■ Exercise details:
Among the entries below, take the line with "e28 v24 v25 LINE" and the line with "e43 v32 v23", and output them and every line between them exactly, with nothing else.
--------
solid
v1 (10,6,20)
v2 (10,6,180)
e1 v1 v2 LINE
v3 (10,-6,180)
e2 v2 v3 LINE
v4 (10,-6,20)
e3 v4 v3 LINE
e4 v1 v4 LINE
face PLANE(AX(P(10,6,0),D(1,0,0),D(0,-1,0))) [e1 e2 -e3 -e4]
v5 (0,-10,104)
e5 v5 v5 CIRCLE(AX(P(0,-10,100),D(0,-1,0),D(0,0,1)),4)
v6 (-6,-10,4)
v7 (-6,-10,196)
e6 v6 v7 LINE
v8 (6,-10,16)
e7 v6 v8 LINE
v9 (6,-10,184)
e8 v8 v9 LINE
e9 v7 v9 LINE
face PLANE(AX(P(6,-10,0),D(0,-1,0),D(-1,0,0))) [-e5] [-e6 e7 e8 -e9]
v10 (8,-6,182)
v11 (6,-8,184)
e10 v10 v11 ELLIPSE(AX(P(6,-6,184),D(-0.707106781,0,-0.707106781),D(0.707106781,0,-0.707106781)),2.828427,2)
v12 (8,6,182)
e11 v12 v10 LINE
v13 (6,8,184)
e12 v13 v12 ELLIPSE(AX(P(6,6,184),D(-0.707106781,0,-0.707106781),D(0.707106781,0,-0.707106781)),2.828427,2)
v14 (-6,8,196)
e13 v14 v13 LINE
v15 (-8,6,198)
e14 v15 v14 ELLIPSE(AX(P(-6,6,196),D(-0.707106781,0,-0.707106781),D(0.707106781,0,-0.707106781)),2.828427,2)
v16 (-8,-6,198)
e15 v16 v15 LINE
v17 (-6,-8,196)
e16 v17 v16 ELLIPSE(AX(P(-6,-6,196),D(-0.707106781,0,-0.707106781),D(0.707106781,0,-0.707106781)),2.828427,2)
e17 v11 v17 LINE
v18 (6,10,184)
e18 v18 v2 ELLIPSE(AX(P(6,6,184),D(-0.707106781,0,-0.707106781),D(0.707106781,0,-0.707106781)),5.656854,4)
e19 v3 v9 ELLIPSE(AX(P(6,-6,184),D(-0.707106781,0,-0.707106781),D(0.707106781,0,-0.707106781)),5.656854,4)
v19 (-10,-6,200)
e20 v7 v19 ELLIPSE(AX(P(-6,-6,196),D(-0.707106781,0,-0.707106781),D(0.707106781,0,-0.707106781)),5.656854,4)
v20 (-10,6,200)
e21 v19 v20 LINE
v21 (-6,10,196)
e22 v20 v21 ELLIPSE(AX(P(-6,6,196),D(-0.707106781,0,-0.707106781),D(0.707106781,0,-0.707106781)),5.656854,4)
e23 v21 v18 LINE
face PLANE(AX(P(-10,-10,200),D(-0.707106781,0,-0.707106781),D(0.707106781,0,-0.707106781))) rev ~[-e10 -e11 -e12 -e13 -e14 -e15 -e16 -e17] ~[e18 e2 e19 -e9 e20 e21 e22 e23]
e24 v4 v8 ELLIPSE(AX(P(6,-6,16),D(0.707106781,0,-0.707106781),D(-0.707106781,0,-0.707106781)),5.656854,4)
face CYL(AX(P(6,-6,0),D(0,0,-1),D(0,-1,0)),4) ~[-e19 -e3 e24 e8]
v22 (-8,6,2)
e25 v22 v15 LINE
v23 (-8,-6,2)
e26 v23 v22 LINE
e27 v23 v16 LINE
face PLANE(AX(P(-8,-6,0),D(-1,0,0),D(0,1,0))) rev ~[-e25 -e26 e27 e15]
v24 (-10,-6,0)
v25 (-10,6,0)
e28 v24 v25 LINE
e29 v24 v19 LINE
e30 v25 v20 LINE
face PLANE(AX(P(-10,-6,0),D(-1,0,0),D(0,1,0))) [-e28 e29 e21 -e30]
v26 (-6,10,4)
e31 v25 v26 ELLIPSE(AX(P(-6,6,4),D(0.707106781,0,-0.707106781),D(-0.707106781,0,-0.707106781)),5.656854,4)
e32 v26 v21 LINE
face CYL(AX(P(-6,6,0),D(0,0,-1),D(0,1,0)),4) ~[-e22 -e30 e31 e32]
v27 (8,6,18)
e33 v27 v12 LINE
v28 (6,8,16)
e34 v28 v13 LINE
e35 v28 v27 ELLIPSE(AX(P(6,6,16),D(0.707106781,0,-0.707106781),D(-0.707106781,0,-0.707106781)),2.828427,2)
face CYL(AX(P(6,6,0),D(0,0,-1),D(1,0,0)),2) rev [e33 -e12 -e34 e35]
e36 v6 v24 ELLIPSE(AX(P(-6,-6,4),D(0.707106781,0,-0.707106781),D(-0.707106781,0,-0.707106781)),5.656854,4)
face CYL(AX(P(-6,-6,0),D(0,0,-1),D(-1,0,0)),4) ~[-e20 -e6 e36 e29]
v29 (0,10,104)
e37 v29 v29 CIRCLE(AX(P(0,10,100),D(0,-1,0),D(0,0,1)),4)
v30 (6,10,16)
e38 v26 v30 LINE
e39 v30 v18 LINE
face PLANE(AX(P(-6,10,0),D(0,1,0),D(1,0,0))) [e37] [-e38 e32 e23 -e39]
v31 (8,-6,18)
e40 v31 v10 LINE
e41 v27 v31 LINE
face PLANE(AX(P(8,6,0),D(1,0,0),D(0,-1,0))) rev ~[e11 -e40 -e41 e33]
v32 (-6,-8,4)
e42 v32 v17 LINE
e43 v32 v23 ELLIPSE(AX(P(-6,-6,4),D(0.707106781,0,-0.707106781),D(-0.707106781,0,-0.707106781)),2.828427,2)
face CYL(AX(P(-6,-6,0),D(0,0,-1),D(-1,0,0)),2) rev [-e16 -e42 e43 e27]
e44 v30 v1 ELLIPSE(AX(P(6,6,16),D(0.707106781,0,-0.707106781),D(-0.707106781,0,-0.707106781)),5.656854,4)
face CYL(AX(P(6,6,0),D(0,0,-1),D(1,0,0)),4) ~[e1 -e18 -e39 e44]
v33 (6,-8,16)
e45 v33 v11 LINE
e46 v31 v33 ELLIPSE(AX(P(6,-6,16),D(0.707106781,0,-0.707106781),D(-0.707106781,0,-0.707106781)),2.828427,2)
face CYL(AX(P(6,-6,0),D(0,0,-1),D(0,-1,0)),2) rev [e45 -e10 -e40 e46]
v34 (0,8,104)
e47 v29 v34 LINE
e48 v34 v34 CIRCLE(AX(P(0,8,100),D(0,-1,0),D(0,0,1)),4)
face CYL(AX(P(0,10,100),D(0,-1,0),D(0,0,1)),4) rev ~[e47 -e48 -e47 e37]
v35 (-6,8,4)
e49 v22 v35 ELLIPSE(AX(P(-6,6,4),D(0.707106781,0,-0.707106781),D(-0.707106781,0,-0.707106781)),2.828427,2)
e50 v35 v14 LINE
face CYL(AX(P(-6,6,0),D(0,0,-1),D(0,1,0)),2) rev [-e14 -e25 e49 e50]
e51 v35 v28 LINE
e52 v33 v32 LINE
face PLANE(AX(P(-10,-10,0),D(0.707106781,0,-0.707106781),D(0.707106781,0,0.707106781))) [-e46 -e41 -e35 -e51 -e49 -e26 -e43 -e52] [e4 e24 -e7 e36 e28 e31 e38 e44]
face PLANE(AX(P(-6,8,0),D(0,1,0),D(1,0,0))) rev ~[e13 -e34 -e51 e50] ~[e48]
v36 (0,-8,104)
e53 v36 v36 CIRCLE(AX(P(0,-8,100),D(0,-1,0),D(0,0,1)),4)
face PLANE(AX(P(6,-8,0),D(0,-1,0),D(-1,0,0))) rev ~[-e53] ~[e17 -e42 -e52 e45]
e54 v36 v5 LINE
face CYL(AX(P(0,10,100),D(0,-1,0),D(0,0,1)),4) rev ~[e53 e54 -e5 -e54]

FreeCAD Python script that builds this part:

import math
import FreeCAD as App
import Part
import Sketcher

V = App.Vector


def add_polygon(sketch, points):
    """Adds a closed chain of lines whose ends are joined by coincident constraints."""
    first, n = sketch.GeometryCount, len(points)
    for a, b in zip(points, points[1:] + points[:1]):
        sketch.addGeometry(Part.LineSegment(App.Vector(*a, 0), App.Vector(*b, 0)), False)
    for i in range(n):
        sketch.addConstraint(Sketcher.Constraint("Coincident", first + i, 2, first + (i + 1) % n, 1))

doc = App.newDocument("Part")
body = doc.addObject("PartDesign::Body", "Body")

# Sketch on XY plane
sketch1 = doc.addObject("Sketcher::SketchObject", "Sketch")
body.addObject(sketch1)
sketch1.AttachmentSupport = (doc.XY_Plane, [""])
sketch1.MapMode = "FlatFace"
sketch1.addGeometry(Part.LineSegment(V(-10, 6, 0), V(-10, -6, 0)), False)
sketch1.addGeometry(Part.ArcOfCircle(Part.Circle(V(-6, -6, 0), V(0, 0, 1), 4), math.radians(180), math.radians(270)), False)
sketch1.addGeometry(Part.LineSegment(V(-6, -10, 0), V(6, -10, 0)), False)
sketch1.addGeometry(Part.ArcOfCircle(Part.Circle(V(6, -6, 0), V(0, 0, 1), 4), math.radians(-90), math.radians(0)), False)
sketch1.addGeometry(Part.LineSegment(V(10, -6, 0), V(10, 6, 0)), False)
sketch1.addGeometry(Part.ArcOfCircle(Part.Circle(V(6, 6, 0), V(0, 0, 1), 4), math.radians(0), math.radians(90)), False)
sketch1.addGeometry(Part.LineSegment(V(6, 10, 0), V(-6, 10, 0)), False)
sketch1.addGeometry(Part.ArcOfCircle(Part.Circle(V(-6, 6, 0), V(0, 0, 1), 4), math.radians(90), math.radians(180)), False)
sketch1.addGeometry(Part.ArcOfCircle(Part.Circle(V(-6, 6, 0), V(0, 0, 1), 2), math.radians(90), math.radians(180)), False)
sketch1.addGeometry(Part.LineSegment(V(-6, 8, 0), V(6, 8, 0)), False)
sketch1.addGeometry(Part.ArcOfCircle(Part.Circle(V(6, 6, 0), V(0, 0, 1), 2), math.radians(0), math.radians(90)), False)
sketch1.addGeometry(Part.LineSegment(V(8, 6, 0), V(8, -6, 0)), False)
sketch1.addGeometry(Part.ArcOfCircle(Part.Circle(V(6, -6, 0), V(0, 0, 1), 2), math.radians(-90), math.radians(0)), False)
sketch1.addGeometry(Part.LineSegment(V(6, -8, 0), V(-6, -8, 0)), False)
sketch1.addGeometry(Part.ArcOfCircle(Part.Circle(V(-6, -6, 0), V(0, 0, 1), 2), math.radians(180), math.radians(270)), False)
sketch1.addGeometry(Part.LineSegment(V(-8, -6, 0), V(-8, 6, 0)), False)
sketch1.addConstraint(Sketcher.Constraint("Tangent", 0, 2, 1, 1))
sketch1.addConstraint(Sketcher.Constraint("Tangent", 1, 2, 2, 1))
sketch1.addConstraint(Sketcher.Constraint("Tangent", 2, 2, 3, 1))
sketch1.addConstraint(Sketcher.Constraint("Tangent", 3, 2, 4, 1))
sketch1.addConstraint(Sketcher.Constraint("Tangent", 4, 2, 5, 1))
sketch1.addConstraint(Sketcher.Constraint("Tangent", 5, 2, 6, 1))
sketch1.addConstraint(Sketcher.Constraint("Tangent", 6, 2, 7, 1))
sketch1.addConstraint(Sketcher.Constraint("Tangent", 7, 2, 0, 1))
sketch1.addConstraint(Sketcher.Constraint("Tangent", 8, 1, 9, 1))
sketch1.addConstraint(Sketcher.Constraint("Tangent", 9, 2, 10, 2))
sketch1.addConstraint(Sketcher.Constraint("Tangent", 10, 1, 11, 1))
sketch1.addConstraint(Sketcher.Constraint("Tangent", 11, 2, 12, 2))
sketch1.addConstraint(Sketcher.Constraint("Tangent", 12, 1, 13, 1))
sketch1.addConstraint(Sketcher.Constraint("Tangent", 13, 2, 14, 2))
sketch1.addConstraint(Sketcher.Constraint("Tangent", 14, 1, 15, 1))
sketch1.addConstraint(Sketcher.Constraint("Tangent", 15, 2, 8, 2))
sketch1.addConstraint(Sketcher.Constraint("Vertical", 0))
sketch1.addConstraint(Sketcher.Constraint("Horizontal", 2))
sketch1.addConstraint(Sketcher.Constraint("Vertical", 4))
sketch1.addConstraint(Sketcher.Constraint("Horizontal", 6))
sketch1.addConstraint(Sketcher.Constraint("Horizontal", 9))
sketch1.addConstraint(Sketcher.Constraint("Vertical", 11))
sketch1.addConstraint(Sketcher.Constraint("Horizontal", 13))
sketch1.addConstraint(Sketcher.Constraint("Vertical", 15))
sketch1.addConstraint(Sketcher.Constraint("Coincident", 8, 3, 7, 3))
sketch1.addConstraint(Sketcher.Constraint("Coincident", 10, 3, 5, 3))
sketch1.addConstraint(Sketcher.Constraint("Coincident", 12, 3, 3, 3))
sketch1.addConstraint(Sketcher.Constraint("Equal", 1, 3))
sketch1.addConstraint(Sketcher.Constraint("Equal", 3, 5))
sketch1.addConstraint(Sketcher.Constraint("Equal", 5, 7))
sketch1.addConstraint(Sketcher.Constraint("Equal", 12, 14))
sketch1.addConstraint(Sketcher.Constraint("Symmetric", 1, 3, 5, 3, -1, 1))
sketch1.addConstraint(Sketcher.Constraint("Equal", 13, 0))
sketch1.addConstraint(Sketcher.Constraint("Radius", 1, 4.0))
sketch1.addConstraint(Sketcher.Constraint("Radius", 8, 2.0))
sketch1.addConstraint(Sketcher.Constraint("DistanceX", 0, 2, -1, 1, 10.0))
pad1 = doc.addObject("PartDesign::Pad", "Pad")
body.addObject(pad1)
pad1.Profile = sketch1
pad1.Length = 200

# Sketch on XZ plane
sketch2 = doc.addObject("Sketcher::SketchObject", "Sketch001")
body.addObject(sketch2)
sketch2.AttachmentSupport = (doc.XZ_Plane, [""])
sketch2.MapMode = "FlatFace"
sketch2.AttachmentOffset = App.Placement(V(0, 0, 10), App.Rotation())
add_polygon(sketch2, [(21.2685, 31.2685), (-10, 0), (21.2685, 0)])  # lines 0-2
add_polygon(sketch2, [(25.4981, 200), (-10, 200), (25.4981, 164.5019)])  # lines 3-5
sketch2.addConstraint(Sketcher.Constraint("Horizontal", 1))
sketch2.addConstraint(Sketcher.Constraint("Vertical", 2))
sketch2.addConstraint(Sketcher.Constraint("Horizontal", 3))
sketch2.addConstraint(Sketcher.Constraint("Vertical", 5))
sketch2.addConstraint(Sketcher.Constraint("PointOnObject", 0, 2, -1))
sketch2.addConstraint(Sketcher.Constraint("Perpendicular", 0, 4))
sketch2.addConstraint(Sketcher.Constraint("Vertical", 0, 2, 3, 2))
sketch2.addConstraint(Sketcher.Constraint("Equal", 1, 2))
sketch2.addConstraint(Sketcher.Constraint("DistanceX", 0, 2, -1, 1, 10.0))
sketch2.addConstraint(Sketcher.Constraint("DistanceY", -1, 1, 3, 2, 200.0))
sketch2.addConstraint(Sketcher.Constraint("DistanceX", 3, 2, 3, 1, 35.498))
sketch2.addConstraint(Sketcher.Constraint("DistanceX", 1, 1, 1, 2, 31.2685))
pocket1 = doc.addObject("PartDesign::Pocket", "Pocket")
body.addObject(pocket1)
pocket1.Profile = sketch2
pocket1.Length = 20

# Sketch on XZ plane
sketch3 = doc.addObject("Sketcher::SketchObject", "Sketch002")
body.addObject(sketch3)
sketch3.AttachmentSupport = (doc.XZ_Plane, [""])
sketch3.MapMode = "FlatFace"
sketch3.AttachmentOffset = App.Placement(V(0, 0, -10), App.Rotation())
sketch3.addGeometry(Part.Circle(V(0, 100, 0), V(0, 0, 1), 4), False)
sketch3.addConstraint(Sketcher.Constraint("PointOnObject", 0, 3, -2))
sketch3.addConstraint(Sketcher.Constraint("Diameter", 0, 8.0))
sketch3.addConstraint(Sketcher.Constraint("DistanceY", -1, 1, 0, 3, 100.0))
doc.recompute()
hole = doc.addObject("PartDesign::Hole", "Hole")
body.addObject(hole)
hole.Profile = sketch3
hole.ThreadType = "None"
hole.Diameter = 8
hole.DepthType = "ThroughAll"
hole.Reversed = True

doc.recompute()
--------
■ Response:
e28 v24 v25 LINE
e29 v24 v19 LINE
e30 v25 v20 LINE
face PLANE(AX(P(-10,-6,0),D(-1,0,0),D(0,1,0))) [-e28 e29 e21 -e30]
v26 (-6,10,4)
e31 v25 v26 ELLIPSE(AX(P(-6,6,4),D(0.707106781,0,-0.707106781),D(-0.707106781,0,-0.707106781)),5.656854,4)
e32 v26 v21 LINE
face CYL(AX(P(-6,6,0),D(0,0,-1),D(0,1,0)),4) ~[-e22 -e30 e31 e32]
v27 (8,6,18)
e33 v27 v12 LINE
v28 (6,8,16)
e34 v28 v13 LINE
e35 v28 v27 ELLIPSE(AX(P(6,6,16),D(0.707106781,0,-0.707106781),D(-0.707106781,0,-0.707106781)),2.828427,2)
face CYL(AX(P(6,6,0),D(0,0,-1),D(1,0,0)),2) rev [e33 -e12 -e34 e35]
e36 v6 v24 ELLIPSE(AX(P(-6,-6,4),D(0.707106781,0,-0.707106781),D(-0.707106781,0,-0.707106781)),5.656854,4)
face CYL(AX(P(-6,-6,0),D(0,0,-1),D(-1,0,0)),4) ~[-e20 -e6 e36 e29]
v29 (0,10,104)
e37 v29 v29 CIRCLE(AX(P(0,10,100),D(0,-1,0),D(0,0,1)),4)
v30 (6,10,16)
e38 v26 v30 LINE
e39 v30 v18 LINE
face PLANE(AX(P(-6,10,0),D(0,1,0),D(1,0,0))) [e37] [-e38 e32 e23 -e39]
v31 (8,-6,18)
e40 v31 v10 LINE
e41 v27 v31 LINE
face PLANE(AX(P(8,6,0),D(1,0,0),D(0,-1,0))) rev ~[e11 -e40 -e41 e33]
v32 (-6,-8,4)
e42 v32 v17 LINE
e43 v32 v23 ELLIPSE(AX(P(-6,-6,4),D(0.707106781,0,-0.707106781),D(-0.707106781,0,-0.707106781)),2.828427,2)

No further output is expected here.